Dataset entries:
━━━━━━━━

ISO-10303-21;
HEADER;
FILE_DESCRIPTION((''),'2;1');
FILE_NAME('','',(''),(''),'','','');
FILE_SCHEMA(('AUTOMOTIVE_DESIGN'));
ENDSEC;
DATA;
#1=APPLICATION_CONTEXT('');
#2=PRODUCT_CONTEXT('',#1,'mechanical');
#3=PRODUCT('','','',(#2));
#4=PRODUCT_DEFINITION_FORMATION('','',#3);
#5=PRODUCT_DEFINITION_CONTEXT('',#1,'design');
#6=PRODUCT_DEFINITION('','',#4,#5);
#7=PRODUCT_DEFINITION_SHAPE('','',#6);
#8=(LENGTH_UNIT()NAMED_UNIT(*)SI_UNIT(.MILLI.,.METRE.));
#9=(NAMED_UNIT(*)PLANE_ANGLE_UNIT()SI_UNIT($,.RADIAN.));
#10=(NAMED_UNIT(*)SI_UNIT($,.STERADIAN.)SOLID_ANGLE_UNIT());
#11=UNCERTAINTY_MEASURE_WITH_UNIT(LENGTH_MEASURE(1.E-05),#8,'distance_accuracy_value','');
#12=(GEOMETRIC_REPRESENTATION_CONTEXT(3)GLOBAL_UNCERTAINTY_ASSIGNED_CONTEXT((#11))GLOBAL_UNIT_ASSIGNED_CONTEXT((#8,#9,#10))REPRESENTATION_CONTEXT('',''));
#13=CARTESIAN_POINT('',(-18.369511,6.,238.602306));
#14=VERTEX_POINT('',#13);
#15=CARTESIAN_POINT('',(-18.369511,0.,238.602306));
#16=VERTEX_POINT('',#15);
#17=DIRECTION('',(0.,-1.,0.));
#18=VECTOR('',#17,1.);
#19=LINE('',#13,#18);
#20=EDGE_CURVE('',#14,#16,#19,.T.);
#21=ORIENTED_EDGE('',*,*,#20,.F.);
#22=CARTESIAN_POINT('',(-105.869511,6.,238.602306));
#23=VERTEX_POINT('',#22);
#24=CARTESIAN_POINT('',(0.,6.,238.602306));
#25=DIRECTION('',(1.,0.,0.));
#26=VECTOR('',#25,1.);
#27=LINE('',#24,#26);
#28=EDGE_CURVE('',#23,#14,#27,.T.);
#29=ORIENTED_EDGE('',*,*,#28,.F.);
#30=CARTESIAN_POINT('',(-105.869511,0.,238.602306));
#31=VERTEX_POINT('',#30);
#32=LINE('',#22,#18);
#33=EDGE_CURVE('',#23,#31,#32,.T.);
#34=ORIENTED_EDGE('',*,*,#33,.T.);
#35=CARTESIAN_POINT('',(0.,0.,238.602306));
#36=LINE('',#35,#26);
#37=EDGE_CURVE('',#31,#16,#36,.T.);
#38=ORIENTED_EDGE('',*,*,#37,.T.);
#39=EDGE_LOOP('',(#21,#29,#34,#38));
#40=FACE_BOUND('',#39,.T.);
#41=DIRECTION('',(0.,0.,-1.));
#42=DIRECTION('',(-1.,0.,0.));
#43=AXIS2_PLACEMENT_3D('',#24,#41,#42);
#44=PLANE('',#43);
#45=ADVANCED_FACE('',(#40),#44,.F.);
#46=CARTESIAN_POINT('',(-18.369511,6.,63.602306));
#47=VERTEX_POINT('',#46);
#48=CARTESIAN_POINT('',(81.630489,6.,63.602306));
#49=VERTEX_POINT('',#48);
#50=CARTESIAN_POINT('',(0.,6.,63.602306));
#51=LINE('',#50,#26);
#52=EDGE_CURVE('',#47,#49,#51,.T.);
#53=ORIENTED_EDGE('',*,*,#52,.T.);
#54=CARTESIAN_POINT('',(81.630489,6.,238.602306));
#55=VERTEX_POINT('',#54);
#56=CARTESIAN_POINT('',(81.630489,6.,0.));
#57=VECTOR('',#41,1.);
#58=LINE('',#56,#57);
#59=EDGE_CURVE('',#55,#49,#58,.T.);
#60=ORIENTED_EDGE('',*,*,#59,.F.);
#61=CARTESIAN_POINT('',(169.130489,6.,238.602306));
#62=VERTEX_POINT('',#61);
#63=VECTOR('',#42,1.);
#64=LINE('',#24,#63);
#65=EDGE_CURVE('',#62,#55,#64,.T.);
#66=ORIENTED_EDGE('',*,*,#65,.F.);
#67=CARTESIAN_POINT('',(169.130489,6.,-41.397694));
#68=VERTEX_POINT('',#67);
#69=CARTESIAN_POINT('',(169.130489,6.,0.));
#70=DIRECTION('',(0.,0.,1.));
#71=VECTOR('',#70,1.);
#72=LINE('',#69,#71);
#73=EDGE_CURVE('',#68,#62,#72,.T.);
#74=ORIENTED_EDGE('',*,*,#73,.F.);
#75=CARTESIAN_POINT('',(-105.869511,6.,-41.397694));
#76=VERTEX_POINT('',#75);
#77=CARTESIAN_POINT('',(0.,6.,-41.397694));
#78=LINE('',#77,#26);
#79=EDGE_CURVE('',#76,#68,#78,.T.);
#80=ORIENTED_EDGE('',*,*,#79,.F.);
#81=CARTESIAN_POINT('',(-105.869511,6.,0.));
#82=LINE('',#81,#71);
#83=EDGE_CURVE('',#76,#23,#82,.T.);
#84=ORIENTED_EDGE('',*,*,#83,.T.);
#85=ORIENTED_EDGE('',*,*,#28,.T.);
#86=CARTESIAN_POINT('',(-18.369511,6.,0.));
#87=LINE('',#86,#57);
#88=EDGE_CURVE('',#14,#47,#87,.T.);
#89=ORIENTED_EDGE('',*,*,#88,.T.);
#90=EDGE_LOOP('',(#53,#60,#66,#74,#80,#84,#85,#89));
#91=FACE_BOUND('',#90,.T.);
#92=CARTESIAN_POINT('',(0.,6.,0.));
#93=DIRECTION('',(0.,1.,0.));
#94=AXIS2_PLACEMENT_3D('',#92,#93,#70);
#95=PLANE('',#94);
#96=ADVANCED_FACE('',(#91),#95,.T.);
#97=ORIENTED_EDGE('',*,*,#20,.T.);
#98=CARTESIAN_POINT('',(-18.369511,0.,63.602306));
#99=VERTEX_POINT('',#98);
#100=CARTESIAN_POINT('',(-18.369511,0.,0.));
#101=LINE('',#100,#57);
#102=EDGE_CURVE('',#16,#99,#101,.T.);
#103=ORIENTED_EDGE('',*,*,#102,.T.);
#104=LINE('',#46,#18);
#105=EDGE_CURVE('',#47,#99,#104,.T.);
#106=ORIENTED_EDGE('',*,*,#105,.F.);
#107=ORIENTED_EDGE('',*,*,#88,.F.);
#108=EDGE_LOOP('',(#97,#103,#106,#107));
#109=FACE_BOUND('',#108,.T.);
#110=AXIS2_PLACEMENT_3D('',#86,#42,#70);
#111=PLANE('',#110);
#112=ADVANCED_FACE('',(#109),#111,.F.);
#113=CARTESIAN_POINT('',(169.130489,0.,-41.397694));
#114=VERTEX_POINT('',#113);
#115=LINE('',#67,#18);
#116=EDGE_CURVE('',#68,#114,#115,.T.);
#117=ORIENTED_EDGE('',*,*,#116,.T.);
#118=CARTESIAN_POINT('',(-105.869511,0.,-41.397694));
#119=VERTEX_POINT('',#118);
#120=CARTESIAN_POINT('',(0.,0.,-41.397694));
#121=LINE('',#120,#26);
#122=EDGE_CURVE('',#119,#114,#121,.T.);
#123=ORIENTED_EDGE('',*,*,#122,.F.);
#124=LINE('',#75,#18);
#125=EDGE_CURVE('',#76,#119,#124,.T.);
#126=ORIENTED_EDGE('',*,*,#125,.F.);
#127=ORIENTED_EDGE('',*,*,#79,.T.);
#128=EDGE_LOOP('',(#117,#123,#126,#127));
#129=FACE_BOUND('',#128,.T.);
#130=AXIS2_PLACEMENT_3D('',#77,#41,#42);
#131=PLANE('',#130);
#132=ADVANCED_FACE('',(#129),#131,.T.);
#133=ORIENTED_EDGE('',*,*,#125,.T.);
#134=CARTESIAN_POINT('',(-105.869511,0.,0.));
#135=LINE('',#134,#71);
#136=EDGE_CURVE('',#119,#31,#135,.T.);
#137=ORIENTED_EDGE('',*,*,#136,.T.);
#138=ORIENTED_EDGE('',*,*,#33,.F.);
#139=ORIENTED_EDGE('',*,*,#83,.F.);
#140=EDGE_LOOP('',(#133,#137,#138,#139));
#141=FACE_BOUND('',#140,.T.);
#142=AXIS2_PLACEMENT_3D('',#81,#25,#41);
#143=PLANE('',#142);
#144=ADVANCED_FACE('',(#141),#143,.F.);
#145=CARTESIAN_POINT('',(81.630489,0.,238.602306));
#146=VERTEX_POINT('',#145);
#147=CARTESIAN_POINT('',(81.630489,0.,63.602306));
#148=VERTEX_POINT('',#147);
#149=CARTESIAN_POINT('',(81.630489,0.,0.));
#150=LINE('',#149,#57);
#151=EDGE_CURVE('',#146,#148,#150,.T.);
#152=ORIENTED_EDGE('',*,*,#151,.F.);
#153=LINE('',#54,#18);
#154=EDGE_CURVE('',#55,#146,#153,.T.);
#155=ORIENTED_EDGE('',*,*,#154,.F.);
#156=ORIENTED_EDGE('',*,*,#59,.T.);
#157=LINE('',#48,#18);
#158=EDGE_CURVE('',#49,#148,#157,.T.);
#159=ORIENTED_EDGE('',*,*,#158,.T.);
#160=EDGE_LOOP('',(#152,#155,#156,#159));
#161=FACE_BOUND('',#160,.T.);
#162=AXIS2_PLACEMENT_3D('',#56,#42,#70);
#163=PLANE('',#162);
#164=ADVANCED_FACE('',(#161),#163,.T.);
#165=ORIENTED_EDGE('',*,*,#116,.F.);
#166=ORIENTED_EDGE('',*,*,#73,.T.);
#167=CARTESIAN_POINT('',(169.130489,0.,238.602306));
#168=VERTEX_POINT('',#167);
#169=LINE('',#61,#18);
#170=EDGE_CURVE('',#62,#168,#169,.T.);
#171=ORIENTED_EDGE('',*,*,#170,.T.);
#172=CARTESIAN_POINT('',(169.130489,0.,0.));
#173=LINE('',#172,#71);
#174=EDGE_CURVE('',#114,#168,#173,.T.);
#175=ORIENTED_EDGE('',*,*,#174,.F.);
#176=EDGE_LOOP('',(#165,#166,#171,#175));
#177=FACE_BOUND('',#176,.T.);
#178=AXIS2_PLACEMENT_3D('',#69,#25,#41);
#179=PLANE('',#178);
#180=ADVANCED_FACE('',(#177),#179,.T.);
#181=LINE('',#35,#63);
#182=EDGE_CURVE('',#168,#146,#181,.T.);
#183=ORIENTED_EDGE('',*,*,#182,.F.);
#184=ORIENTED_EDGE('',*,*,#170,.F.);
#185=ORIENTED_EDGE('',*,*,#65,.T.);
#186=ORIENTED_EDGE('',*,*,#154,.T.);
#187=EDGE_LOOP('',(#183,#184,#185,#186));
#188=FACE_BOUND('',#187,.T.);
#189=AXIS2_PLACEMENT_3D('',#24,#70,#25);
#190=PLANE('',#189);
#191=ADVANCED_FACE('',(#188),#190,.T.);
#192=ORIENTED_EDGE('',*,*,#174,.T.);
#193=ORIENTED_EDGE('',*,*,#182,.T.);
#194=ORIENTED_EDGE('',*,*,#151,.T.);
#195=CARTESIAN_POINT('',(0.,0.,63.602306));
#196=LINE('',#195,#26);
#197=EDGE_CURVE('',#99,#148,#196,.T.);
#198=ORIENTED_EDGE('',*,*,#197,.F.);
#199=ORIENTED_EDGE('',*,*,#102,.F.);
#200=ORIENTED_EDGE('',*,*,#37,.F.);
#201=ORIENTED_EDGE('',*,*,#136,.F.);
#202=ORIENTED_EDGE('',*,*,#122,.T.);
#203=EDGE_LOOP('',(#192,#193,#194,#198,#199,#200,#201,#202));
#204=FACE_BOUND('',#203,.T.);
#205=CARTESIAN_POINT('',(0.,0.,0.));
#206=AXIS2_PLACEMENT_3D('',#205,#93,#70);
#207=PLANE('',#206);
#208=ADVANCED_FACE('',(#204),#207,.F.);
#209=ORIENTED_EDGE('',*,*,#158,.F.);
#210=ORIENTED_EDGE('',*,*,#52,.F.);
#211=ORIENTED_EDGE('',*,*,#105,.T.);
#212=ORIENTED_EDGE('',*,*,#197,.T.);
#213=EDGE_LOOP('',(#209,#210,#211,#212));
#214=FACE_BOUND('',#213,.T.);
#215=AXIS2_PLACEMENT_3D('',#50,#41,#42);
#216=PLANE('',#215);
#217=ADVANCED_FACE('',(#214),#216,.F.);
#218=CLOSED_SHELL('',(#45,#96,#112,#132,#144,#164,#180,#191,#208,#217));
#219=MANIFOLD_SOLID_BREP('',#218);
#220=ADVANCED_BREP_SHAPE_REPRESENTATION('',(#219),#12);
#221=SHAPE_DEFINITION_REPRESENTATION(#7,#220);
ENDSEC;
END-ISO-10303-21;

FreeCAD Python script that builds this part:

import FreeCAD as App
import Part
import Sketcher
from FreeCAD import Vector
Q = App.Units.Quantity

doc = App.newDocument("Part")
params = doc.addObject("Spreadsheet::Sheet", "Params")
for row, (alias, value) in enumerate([
    ("sketch1_width", "100 mm"),
    ("sketch1_width2", "275 mm"),
    ("sketch1_height", "175 mm"),
    ("sketch1_height2", "280 mm"),
    ("pad1_length", "6 mm"),
], start=1):
    params.set(f"A{row}", alias)
    params.set(f"B{row}", "=" + value)
    params.setAlias(f"B{row}", alias)

body = doc.addObject("PartDesign::Body", "Body")

# Sketch on XZ plane
sketch1 = body.newObject("Sketcher::SketchObject", "Sketch")
sketch1.AttachmentSupport = (doc.getObject("XZ_Plane"), [""])
sketch1.MapMode = "FlatFace"
sketch1.addGeometry(Part.LineSegment(Vector(-18, 239, 0), Vector(-18, 64, 0)), False)
sketch1.addGeometry(Part.LineSegment(Vector(-18, 64, 0), Vector(82, 64, 0)), False)
sketch1.addGeometry(Part.LineSegment(Vector(82, 64, 0), Vector(82, 239, 0)), False)
sketch1.addGeometry(Part.LineSegment(Vector(82, 239, 0), Vector(169, 239, 0)), False)
sketch1.addGeometry(Part.LineSegment(Vector(169, 239, 0), Vector(169, -41, 0)), False)
sketch1.addGeometry(Part.LineSegment(Vector(169, -41, 0), Vector(-106, -41, 0)), False)
sketch1.addGeometry(Part.LineSegment(Vector(-106, -41, 0), Vector(-106, 239, 0)), False)
sketch1.addGeometry(Part.LineSegment(Vector(-106, 239, 0), Vector(-18, 239, 0)), False)
sketch1.addConstraint(Sketcher.Constraint("Coincident", 0, 2, 1, 1))
sketch1.addConstraint(Sketcher.Constraint("Coincident", 1, 2, 2, 1))
sketch1.addConstraint(Sketcher.Constraint("Coincident", 2, 2, 3, 1))
sketch1.addConstraint(Sketcher.Constraint("Coincident", 3, 2, 4, 1))
sketch1.addConstraint(Sketcher.Constraint("Coincident", 4, 2, 5, 1))
sketch1.addConstraint(Sketcher.Constraint("Coincident", 5, 2, 6, 1))
sketch1.addConstraint(Sketcher.Constraint("Coincident", 6, 2, 7, 1))
sketch1.addConstraint(Sketcher.Constraint("Coincident", 7, 2, 0, 1))
sketch1.addConstraint(Sketcher.Constraint("Vertical", 0))
sketch1.addConstraint(Sketcher.Constraint("Horizontal", 1))
sketch1.addConstraint(Sketcher.Constraint("Vertical", 2))
sketch1.addConstraint(Sketcher.Constraint("Horizontal", 3))
sketch1.addConstraint(Sketcher.Constraint("Vertical", 4))
sketch1.addConstraint(Sketcher.Constraint("Horizontal", 5))
sketch1.addConstraint(Sketcher.Constraint("Vertical", 6))
sketch1.addConstraint(Sketcher.Constraint("Horizontal", 7))
sketch1.addConstraint(Sketcher.Constraint("Horizontal", 3, 2, 6, 2))
sketch1.addConstraint(Sketcher.Constraint("Equal", 3, 7))
sketch1.addConstraint(Sketcher.Constraint("DistanceX", 1, 1, 1, 2, Q("100 mm")))
sketch1.addConstraint(Sketcher.Constraint("DistanceX", 5, 2, 5, 1, Q("275 mm")))
sketch1.addConstraint(Sketcher.Constraint("DistanceY", 0, 2, 0, 1, Q("175 mm")))
sketch1.addConstraint(Sketcher.Constraint("DistanceY", 4, 2, 4, 1, Q("280 mm")))
sketch1.addConstraint(Sketcher.Constraint("DistanceX", 0, 2, -1, 1, Q("18.369511 mm")))
sketch1.addConstraint(Sketcher.Constraint("DistanceY", -1, 1, 0, 2, Q("63.602306 mm")))
sketch1.setExpression("Constraints[18]", "Params.sketch1_width")
sketch1.setExpression("Constraints[19]", "Params.sketch1_width2")
sketch1.setExpression("Constraints[20]", "Params.sketch1_height")
sketch1.setExpression("Constraints[21]", "Params.sketch1_height2")
pad1 = body.newObject("PartDesign::Pad", "Pad")
pad1.Profile = sketch1
pad1.setExpression("Length", "Params.pad1_length")
pad1.Reversed = True

doc.recompute()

━━━━━━━━

Print exactly the lines above, between the one holding "#135=LINE('',#134,#71);" and the one holding "#179=PLANE('',#178);", inclusive, and nothing besides.

**PROBLEM SOLUTION:**
#135=LINE('',#134,#71);
#136=EDGE_CURVE('',#119,#31,#135,.T.);
#137=ORIENTED_EDGE('',*,*,#136,.T.);
#138=ORIENTED_EDGE('',*,*,#33,.F.);
#139=ORIENTED_EDGE('',*,*,#83,.F.);
#140=EDGE_LOOP('',(#133,#137,#138,#139));
#141=FACE_BOUND('',#140,.T.);
#142=AXIS2_PLACEMENT_3D('',#81,#25,#41);
#143=PLANE('',#142);
#144=ADVANCED_FACE('',(#141),#143,.F.);
#145=CARTESIAN_POINT('',(81.630489,0.,238.602306));
#146=VERTEX_POINT('',#145);
#147=CARTESIAN_POINT('',(81.630489,0.,63.602306));
#148=VERTEX_POINT('',#147);
#149=CARTESIAN_POINT('',(81.630489,0.,0.));
#150=LINE('',#149,#57);
#151=EDGE_CURVE('',#146,#148,#150,.T.);
#152=ORIENTED_EDGE('',*,*,#151,.F.);
#153=LINE('',#54,#18);
#154=EDGE_CURVE('',#55,#146,#153,.T.);
#155=ORIENTED_EDGE('',*,*,#154,.F.);
#156=ORIENTED_EDGE('',*,*,#59,.T.);
#157=LINE('',#48,#18);
#158=EDGE_CURVE('',#49,#148,#157,.T.);
#159=ORIENTED_EDGE('',*,*,#158,.T.);
#160=EDGE_LOOP('',(#152,#155,#156,#159));
#161=FACE_BOUND('',#160,.T.);
#162=AXIS2_PLACEMENT_3D('',#56,#42,#70);
#163=PLANE('',#162);
#164=ADVANCED_FACE('',(#161),#163,.T.);
#165=ORIENTED_EDGE('',*,*,#116,.F.);
#166=ORIENTED_EDGE('',*,*,#73,.T.);
#167=CARTESIAN_POINT('',(169.130489,0.,238.602306));
#168=VERTEX_POINT('',#167);
#169=LINE('',#61,#18);
#170=EDGE_CURVE('',#62,#168,#169,.T.);
#171=ORIENTED_EDGE('',*,*,#170,.T.);
#172=CARTESIAN_POINT('',(169.130489,0.,0.));
#173=LINE('',#172,#71);
#174=EDGE_CURVE('',#114,#168,#173,.T.);
#175=ORIENTED_EDGE('',*,*,#174,.F.);
#176=EDGE_LOOP('',(#165,#166,#171,#175));
#177=FACE_BOUND('',#176,.T.);
#178=AXIS2_PLACEMENT_3D('',#69,#25,#41);
#179=PLANE('',#178);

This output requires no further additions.